Espondilitis anquilosante

¿Qué es?

La espondilitis anquilosante es una enfermedad inflamatoria que afecta a las articulaciones de la columna vertebral. Suele aparecer en los adolescentes o en los adultos jóvenes, en la mayoría de casos antes de los 30 años y en casi el doble de hombres que de mujeres.

Causas

La causa de la espondilitis anquilosante no se conoce con exactitud aunque se relaciona con la herencia de padres a hijos y también con factores ambientales desencadenantes. El principal gen que se relaciona con el riesgo de padecer espondilitis anquilosante se llama HLA-B27, aunque tener este gen no significa siempre padecer la enfermedad. También hay otros dos genes implicados, llamados IL23R y el ERAP1.

Espondilitis anquilosante: Síntomas

Los síntomas de la espondilitis anquilosante corresponden a la inflamación de las articulaciones de las vértebras y de las articulaciones sacroilíacas (en la unión de la columna  con la pelvis). Esto produce dolor en la espalda, en ocasiones, de forma intermitente o en otras el dolor es severo y constante. Se ve reducida la flexibilidad de las articulaciones y en lo casos graves llegar a soldarse de forma anómala dos o más vértebras, endurecerse o reducirse la capacidad pulmonar. También pueden verse afectadas otras articulaciones como los hombros, las costillas, las caderas, las rodillas o los pies. Además, se afectan los lugares de unión de los tendones y los ligamentos con los huesos. Algunas veces la espondilitis anquilosante también causa síntomas sobre los ojos, los intestinos y de forma muy rara también al corazón y los pulmones.

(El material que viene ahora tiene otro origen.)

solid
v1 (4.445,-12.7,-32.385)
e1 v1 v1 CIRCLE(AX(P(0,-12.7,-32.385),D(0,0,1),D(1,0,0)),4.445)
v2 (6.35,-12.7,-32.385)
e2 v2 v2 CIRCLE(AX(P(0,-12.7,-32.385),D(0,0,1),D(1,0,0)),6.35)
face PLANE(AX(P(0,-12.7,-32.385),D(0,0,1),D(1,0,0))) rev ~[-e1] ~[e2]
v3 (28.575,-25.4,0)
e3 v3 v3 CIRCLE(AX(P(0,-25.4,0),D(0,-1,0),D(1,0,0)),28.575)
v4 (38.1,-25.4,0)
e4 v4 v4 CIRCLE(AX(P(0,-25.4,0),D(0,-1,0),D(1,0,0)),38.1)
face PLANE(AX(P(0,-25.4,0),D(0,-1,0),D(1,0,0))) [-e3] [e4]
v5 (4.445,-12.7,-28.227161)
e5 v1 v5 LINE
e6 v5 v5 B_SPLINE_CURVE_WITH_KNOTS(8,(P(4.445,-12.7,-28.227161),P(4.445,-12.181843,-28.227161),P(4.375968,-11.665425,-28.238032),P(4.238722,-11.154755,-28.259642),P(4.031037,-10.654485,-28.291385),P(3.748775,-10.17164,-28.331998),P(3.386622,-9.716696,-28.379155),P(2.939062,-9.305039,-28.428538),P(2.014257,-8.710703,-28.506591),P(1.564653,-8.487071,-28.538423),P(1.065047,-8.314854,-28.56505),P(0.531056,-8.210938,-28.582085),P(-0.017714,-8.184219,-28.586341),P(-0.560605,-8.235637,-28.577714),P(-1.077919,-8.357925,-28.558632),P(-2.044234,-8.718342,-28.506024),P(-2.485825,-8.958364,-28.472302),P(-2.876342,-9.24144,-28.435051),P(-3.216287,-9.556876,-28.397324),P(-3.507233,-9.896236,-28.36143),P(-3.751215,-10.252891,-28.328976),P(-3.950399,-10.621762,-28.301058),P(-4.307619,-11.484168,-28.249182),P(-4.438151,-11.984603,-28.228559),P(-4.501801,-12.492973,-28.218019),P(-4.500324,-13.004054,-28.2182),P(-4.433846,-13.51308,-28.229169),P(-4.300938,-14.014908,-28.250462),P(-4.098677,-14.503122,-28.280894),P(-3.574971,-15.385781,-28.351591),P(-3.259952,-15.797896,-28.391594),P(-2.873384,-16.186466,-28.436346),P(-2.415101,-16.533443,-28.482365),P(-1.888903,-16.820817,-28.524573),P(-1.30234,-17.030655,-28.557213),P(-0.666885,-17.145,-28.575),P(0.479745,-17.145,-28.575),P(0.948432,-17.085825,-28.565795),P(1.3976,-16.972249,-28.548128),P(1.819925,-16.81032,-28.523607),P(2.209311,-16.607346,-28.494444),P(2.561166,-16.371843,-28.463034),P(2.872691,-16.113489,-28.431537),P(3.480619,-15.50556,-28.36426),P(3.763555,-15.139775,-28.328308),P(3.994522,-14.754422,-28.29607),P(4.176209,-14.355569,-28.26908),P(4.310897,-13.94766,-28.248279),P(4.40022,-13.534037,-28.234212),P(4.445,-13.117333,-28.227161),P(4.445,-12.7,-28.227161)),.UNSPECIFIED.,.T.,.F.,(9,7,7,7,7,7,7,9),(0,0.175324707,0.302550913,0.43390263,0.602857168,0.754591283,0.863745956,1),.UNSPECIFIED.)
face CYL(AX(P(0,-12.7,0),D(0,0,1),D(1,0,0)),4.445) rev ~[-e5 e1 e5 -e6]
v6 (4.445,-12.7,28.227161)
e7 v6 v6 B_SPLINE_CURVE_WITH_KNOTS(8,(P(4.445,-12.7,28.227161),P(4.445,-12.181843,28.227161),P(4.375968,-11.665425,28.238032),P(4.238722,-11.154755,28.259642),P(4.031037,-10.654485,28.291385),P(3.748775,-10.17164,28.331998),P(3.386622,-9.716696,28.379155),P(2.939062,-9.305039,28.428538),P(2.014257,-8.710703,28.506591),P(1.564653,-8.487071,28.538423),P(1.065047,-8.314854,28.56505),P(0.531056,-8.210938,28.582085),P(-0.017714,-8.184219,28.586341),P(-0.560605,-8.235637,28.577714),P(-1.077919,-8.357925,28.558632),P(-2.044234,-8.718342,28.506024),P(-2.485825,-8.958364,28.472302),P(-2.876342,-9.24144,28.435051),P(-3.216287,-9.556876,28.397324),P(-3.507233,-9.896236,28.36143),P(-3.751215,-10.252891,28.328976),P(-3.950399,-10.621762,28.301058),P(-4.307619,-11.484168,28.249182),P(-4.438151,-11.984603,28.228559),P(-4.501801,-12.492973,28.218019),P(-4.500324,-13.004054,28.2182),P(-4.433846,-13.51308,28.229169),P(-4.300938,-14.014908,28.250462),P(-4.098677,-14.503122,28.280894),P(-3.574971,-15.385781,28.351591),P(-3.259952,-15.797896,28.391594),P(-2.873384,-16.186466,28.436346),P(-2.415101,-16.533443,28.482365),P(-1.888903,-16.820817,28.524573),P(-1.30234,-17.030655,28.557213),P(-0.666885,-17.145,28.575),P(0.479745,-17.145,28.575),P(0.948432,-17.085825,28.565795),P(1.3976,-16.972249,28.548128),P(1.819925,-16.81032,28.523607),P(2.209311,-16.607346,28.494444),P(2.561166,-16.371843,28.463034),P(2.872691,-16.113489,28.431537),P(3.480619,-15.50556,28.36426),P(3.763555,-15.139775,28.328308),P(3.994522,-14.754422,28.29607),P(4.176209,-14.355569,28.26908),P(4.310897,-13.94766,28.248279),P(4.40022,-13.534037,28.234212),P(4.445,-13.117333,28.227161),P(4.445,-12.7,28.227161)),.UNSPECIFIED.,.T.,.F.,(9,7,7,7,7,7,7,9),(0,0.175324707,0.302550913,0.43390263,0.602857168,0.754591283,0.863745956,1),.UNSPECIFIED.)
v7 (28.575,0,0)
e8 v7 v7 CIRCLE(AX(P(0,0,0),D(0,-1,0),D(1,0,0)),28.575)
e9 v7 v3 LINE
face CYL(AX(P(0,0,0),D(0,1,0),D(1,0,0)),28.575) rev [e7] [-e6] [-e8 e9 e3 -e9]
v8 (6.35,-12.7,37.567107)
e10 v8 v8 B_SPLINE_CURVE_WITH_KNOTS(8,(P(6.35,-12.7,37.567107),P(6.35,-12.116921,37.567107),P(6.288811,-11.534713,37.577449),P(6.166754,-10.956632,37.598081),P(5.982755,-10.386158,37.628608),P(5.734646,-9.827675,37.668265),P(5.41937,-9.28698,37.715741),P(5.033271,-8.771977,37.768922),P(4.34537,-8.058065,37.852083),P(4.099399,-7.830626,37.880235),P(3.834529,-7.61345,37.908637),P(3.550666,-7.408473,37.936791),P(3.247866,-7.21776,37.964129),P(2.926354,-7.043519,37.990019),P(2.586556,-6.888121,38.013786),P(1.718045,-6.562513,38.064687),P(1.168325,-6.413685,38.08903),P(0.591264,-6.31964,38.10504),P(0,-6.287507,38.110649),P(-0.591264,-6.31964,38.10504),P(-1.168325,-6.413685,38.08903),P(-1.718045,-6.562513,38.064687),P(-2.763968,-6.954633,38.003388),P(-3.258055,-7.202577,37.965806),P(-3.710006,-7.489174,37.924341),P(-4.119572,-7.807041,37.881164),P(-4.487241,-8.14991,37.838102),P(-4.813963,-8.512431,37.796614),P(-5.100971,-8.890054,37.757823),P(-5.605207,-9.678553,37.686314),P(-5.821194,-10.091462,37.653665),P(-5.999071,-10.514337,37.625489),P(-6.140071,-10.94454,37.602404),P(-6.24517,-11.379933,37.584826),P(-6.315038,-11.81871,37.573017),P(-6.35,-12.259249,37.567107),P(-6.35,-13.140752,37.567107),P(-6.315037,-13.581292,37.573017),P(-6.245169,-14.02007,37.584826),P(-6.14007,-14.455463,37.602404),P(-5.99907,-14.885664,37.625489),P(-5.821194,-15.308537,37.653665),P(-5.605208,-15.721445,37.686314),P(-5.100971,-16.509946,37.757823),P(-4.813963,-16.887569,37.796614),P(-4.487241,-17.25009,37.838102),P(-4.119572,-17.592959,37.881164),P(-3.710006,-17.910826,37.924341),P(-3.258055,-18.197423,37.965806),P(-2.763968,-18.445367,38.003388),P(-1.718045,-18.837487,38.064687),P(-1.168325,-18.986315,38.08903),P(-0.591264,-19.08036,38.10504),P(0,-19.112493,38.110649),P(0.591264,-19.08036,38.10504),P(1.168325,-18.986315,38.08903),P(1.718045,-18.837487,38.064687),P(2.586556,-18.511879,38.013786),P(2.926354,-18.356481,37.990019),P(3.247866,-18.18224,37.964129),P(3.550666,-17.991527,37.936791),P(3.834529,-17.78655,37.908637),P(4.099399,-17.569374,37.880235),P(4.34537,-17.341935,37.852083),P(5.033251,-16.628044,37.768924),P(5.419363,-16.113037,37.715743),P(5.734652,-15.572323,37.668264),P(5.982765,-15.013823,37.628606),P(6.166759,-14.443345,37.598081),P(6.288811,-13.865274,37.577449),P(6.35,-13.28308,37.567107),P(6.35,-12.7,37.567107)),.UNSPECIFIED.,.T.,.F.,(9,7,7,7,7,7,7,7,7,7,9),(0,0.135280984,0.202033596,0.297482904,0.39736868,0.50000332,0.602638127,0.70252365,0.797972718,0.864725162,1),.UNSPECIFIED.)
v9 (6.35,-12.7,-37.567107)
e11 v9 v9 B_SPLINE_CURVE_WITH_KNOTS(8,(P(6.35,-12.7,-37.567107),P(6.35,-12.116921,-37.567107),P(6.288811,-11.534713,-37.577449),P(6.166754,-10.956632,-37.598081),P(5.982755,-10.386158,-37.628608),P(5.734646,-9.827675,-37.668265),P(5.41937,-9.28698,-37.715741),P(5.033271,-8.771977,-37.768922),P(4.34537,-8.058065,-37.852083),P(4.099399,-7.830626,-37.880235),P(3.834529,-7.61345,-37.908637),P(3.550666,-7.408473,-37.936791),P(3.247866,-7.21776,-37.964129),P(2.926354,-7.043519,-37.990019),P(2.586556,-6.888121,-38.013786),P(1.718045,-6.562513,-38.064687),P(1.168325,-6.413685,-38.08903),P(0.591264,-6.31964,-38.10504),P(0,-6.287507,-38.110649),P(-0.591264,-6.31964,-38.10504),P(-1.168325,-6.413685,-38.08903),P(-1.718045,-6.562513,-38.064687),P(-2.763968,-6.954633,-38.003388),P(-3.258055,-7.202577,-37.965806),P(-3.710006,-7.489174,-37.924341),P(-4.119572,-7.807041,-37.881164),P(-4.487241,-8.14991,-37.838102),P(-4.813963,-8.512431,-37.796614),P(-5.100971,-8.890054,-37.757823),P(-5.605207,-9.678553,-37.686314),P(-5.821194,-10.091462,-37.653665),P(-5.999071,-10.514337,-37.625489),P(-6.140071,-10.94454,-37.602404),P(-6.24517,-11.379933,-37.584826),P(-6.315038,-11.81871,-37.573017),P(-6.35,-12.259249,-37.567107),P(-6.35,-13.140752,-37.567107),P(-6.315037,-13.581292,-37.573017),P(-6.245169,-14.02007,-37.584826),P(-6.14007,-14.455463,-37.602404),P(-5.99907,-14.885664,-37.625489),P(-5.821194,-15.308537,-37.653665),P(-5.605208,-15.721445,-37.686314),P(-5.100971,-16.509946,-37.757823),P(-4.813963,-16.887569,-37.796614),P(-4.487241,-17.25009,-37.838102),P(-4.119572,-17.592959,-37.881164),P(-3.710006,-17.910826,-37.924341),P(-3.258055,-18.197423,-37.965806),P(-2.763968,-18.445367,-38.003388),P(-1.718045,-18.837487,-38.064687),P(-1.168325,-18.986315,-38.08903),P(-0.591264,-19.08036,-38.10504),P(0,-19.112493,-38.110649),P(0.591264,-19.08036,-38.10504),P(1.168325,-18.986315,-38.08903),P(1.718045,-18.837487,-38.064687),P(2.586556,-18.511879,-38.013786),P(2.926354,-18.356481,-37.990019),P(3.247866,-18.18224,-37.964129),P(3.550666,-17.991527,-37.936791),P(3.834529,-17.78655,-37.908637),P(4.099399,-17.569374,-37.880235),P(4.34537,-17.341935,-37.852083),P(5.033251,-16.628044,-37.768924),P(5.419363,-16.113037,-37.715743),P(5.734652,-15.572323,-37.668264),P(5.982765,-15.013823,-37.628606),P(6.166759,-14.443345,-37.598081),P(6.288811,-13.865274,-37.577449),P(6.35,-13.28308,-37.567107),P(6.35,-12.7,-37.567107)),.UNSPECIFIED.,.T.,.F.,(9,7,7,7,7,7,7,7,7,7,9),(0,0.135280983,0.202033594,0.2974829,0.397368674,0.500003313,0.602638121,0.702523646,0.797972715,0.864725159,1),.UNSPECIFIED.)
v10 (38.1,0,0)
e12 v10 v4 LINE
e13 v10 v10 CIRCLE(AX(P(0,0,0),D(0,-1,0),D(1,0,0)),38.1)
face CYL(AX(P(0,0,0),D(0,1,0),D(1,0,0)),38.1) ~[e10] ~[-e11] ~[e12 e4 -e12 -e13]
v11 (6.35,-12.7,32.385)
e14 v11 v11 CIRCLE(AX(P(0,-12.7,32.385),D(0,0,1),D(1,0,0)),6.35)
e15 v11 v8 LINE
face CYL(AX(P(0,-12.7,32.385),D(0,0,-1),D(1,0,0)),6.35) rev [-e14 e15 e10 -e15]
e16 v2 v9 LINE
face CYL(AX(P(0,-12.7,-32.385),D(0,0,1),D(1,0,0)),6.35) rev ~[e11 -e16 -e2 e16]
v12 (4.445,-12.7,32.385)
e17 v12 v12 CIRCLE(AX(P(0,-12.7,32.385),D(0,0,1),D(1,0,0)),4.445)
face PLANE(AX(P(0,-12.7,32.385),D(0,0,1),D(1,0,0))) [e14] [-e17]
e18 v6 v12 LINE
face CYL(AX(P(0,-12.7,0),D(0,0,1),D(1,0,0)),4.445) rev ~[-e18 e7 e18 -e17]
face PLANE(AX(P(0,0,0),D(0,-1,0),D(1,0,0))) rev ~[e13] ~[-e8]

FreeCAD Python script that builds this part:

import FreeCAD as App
import Part
import Sketcher

V = App.Vector
Q = App.Units.Quantity

doc = App.newDocument("Part")
params = doc.addObject("Spreadsheet::Sheet", "Params")
for row, (alias, value) in enumerate([
    ("sketch1_diameter", "3 in"),
    ("sketch1_diameter2", "2.25 in"),
    ("pad1_length", "1 in"),
    ("sketch2_diameter", "0.35 in"),
    ("pocket1_length", "3 in"),
    ("sketch3_diameter", "0.5 in"),
    ("sketch3_diameter2", "0.35 in"),
    ("pocket2_length", "1 in"),
    ("sketch4_diameter", "0.5 in"),
    ("sketch4_diameter2", "0.35 in"),
    ("pocket3_length", "1 in"),
], start=1):
    params.set(f"A{row}", alias)
    params.set(f"B{row}", "=" + value)
    params.setAlias(f"B{row}", alias)

body = doc.addObject("PartDesign::Body", "Body")

# Sketch on XZ plane
sketch1 = doc.addObject("Sketcher::SketchObject", "Sketch")
body.addObject(sketch1)
sketch1.AttachmentSupport = (doc.XZ_Plane, [""])
sketch1.MapMode = "FlatFace"
sketch1.addGeometry(Part.Circle(V(0, 0, 0), V(0, 0, 1), 38), False)
sketch1.addGeometry(Part.Circle(V(0, 0, 0), V(0, 0, 1), 29), False)
sketch1.addConstraint(Sketcher.Constraint("Coincident", 0, 3, -1, 1))
sketch1.addConstraint(Sketcher.Constraint("Coincident", 1, 3, -1, 1))
sketch1.addConstraint(Sketcher.Constraint("Diameter", 0, Q("3 in")))
sketch1.addConstraint(Sketcher.Constraint("Diameter", 1, Q("2.25 in")))
sketch1.setExpression("Constraints[2]", "Params.sketch1_diameter")
sketch1.setExpression("Constraints[3]", "Params.sketch1_diameter2")
pad1 = doc.addObject("PartDesign::Pad", "Pad")
body.addObject(pad1)
pad1.Profile = sketch1
pad1.setExpression("Length", "Params.pad1_length")

# Sketch on XY plane
sketch2 = doc.addObject("Sketcher::SketchObject", "Sketch001")
body.addObject(sketch2)
sketch2.AttachmentSupport = (doc.XY_Plane, [""])
sketch2.MapMode = "FlatFace"
sketch2.addGeometry(Part.Circle(V(0, -12.7, 0), V(0, 0, 1), 4.4), False)
sketch2.addConstraint(Sketcher.Constraint("PointOnObject", 0, 3, -2))
sketch2.addConstraint(Sketcher.Constraint("Diameter", 0, Q("0.35 in")))
sketch2.addConstraint(Sketcher.Constraint("DistanceY", 0, 3, -1, 1, Q("0.5 in")))
sketch2.setExpression("Constraints[1]", "Params.sketch2_diameter")
pocket1 = doc.addObject("PartDesign::Pocket", "Pocket")
body.addObject(pocket1)
pocket1.Profile = sketch2
pocket1.setExpression("Length", "Params.pocket1_length")
pocket1.Midplane = True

Espondilitis anquilosante: Diagnóstico

El diagnóstico de la espondilitis anquilosante se realiza según los antecedentes, la historia clínica y la exploración física. Además, entre las pruebas complementarias serán necesarias radiografías de las articulaciones afectadas, una resonancia magnética y también análisis de sangre que incluya el estudio genético para detectar los genes implicados.

Espondilitis anquilosante: Tratamiento

El tratamiento curativo de la espondilitis anquilosante no es posible, pero los distintos tratamientos se enfocan a aliviar los síntomas y evitar el empeoramiento rápido de la enfermedad. Para ello, se combinan medicamentos, ejercicios de rehabilitación y medidas de autoayuda, como la alimentación rica en ácidos grasos omega-3 y evitar el sobrepeso. En algunos casos de más gravedad puede requerirse cirugía para reparar las lesiones en las articulaciones. Los diferentes fármacos utilizados en el tratamiento de la espondilitis anquilosante incluyen: antiinflamatorios no esteroideos (AINE), corticoides, fármacos antirreumáticos y agentes biológicos .

Espondilitis anquilosante: Prevención

La prevención de la espondilitis anquilosante no está definida con los conocimiento actuales de la enfermedad.